Exercise material section start
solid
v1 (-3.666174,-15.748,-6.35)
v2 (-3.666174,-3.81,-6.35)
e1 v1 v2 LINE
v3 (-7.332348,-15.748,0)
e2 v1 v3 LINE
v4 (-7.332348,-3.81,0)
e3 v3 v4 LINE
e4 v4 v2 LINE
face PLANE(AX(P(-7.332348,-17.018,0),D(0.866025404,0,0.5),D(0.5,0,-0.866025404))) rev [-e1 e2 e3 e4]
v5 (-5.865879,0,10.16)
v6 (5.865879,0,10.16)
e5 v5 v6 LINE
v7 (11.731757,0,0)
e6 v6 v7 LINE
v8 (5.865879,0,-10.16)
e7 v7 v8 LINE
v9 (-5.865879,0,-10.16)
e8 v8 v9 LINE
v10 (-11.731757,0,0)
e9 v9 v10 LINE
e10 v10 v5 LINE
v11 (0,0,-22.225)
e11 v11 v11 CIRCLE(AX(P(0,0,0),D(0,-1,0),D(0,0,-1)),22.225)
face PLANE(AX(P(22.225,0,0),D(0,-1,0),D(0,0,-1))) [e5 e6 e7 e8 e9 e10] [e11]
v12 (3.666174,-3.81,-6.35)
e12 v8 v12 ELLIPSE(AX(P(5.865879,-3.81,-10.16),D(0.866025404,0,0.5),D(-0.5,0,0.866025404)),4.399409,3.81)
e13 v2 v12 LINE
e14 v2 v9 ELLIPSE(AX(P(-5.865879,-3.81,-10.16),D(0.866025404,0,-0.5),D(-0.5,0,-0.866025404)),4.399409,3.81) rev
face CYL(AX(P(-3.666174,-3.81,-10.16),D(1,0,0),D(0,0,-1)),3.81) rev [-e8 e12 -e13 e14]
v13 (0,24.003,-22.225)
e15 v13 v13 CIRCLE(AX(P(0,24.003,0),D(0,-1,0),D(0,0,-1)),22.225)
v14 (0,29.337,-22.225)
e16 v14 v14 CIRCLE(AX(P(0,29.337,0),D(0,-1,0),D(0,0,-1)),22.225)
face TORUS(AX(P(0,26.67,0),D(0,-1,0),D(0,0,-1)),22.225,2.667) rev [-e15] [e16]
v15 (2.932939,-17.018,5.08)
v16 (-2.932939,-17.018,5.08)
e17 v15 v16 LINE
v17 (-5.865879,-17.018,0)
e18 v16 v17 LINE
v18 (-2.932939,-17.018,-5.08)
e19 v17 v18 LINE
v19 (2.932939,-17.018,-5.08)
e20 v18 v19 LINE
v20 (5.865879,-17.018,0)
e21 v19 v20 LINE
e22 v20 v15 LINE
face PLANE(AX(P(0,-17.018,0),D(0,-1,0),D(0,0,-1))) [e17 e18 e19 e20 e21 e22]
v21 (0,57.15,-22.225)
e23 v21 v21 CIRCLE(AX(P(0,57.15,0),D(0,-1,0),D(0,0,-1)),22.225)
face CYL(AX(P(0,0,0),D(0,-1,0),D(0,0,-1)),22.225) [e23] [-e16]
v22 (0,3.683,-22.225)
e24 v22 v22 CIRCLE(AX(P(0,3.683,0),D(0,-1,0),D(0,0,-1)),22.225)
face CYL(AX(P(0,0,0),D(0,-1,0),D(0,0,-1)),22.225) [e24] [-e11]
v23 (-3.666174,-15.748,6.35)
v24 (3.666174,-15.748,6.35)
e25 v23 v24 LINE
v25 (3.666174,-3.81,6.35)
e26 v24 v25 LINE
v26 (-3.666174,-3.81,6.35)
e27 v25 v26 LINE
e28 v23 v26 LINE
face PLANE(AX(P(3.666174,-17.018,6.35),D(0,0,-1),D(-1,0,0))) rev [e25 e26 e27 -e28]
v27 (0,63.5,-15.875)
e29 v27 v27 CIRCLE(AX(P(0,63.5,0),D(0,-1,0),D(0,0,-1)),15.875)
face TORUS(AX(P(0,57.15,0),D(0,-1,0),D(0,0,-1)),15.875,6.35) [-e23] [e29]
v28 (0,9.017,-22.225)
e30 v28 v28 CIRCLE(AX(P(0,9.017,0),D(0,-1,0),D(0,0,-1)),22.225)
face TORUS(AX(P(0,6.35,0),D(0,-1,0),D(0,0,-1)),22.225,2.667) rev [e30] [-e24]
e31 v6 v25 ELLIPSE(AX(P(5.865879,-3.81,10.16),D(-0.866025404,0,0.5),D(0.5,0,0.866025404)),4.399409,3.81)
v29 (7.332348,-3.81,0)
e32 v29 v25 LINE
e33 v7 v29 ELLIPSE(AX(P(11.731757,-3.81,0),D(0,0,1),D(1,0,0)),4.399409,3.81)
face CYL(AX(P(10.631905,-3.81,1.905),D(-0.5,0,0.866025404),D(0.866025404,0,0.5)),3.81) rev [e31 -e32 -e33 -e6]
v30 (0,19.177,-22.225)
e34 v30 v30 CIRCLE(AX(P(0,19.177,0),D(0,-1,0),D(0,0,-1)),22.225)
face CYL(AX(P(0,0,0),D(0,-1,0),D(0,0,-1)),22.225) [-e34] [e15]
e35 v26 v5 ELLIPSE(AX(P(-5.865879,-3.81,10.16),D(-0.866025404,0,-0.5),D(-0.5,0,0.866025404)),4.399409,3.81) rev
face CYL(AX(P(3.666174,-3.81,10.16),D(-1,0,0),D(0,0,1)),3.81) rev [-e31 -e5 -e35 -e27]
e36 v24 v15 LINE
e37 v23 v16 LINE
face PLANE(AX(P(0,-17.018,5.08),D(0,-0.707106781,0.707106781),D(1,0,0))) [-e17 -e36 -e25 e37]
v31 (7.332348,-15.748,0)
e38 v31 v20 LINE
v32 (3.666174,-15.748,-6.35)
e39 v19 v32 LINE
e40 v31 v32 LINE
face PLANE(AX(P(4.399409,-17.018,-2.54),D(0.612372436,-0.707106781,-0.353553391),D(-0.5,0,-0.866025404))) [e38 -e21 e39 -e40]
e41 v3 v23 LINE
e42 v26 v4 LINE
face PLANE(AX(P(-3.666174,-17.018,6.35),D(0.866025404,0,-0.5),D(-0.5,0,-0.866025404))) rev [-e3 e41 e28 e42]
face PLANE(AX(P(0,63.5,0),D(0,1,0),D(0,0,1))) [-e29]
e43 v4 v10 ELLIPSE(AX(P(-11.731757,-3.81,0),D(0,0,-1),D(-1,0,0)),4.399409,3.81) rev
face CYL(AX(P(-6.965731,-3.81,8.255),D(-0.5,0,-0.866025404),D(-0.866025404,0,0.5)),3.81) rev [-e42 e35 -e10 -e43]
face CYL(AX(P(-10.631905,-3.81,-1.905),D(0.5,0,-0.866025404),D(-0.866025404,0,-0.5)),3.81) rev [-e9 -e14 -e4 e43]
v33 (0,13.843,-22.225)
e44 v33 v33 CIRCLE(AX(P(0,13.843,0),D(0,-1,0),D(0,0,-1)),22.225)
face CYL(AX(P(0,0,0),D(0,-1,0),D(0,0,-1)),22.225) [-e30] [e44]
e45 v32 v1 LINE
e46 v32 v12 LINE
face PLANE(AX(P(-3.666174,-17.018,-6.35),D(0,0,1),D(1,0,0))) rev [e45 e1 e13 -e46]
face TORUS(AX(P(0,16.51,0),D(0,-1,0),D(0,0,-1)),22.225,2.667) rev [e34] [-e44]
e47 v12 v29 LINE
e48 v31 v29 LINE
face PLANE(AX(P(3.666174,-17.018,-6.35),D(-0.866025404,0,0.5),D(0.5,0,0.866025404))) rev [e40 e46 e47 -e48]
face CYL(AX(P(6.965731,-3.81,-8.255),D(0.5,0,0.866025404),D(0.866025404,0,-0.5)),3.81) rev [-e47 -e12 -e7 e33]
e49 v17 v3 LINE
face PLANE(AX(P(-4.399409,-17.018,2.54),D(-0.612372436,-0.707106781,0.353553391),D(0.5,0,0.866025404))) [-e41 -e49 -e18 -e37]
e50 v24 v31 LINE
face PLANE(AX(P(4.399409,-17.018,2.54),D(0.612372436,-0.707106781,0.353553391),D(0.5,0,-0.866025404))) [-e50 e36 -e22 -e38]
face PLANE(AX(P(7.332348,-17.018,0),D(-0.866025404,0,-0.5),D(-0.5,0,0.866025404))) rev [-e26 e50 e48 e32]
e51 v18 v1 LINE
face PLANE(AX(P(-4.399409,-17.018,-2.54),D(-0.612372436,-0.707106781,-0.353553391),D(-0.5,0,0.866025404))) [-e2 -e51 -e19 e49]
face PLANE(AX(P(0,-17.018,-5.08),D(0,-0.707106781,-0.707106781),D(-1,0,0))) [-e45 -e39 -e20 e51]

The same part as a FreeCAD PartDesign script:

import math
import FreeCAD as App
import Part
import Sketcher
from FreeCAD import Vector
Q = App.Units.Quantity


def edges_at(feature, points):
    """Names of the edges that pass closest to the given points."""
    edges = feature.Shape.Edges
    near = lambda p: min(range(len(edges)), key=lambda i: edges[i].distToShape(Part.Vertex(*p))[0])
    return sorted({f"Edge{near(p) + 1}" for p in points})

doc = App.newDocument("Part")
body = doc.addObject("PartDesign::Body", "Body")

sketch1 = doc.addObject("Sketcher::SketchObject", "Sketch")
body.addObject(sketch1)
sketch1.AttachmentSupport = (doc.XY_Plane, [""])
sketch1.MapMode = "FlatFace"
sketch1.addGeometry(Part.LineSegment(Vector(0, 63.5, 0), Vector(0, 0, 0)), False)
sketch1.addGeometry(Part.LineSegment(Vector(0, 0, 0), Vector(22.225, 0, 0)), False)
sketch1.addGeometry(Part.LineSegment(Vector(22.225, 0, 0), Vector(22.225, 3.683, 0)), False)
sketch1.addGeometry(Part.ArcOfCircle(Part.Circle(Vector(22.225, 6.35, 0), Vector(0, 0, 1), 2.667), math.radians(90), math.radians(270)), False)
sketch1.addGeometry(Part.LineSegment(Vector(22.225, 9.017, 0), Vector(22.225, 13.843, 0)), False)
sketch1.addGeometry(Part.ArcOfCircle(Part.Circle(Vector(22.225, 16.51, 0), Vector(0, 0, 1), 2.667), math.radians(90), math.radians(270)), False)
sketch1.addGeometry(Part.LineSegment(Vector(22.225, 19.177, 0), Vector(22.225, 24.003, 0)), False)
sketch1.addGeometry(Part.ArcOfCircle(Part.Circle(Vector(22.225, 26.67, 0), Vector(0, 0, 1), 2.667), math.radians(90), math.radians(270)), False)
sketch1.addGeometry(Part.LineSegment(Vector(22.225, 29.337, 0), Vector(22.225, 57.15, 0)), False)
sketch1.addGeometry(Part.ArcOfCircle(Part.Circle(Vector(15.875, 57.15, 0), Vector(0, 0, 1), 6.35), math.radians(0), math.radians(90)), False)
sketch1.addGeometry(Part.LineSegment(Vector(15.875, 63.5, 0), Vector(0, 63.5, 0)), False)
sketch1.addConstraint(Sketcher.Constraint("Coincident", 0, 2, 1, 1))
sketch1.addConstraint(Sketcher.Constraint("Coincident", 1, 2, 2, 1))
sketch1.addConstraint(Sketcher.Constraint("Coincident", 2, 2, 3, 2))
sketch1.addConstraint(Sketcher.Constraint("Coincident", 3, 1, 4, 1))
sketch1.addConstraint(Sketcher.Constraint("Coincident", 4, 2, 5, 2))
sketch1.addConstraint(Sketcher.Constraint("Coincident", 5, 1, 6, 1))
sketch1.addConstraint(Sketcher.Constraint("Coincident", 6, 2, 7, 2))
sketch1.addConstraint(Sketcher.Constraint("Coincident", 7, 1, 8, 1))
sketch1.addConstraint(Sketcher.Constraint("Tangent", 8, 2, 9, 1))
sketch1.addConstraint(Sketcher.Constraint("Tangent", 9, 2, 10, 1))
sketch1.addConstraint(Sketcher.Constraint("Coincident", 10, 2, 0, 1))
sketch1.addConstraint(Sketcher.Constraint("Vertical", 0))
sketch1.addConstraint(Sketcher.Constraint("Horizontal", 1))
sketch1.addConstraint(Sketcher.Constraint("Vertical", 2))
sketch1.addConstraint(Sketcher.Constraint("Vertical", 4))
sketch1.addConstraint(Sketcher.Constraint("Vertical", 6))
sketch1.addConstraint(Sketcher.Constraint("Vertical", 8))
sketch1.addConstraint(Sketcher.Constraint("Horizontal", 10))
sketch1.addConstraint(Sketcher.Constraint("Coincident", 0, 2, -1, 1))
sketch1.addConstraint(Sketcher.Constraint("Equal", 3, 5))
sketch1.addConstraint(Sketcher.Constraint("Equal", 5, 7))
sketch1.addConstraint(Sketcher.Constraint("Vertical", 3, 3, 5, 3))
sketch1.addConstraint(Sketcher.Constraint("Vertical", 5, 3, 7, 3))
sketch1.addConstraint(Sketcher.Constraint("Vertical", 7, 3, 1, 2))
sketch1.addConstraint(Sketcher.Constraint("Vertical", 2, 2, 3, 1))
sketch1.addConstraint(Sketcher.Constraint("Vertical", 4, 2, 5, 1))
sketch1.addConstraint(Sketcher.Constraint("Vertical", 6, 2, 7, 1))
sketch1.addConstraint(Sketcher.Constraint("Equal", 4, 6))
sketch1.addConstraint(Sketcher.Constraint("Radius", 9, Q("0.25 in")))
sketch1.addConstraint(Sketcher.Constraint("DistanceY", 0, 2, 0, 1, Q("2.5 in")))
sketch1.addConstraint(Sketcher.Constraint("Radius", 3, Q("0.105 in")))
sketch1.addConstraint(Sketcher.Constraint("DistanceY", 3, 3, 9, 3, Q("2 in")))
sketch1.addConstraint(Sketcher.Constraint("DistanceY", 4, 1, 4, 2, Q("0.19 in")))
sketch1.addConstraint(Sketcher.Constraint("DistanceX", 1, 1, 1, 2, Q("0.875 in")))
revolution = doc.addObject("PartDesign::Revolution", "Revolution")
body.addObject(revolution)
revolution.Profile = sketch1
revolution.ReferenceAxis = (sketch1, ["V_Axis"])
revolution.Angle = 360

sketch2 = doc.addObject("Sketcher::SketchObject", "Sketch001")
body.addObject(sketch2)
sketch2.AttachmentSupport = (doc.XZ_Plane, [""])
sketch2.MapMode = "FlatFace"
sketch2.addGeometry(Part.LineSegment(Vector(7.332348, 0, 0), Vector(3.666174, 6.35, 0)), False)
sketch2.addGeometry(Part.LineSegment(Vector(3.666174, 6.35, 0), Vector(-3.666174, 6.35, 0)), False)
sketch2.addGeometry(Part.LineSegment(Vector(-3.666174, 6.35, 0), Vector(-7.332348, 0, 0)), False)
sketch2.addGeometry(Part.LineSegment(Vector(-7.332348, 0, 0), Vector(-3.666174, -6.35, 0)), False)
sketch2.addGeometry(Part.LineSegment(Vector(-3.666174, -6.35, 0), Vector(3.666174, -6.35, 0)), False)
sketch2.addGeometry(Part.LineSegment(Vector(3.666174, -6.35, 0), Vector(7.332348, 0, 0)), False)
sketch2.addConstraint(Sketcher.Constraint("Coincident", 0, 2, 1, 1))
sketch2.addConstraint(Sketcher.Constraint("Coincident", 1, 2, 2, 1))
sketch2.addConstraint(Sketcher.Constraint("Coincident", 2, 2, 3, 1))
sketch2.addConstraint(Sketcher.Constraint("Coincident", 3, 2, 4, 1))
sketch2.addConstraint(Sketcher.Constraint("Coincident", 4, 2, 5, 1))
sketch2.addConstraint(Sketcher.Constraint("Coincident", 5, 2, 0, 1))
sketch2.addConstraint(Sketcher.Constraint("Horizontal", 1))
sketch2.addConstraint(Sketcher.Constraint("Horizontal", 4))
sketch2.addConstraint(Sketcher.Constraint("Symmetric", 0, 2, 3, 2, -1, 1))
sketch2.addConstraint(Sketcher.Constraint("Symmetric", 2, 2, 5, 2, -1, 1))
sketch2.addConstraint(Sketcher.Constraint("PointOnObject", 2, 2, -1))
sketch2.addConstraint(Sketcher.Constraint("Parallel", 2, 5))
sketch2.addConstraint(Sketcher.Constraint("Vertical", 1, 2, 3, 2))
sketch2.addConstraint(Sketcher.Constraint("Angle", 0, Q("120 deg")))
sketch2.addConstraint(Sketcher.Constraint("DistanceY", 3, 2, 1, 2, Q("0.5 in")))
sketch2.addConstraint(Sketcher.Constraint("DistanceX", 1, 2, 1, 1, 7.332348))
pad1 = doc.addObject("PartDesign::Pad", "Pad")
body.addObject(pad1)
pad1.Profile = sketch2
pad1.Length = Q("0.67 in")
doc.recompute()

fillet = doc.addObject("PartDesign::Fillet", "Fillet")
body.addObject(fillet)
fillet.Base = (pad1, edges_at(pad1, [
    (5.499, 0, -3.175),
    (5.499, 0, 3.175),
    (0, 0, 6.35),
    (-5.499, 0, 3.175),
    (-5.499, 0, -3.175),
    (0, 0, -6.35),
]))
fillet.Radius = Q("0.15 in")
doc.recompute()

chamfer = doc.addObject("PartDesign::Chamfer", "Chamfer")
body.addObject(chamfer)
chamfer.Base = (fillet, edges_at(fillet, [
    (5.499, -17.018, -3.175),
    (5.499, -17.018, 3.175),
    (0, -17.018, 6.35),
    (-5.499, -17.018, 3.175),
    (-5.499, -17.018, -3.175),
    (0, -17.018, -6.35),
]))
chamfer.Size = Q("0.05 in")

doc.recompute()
Exercise material section end
Assignment →
From the first line of the listing above to the line with "e4 v4 v2 LINE", please transcribe each line exactly, both ends included, and nothing beyond that.

Answer box →
solid
v1 (-3.666174,-15.748,-6.35)
v2 (-3.666174,-3.81,-6.35)
e1 v1 v2 LINE
v3 (-7.332348,-15.748,0)
e2 v1 v3 LINE
v4 (-7.332348,-3.81,0)
e3 v3 v4 LINE
e4 v4 v2 LINE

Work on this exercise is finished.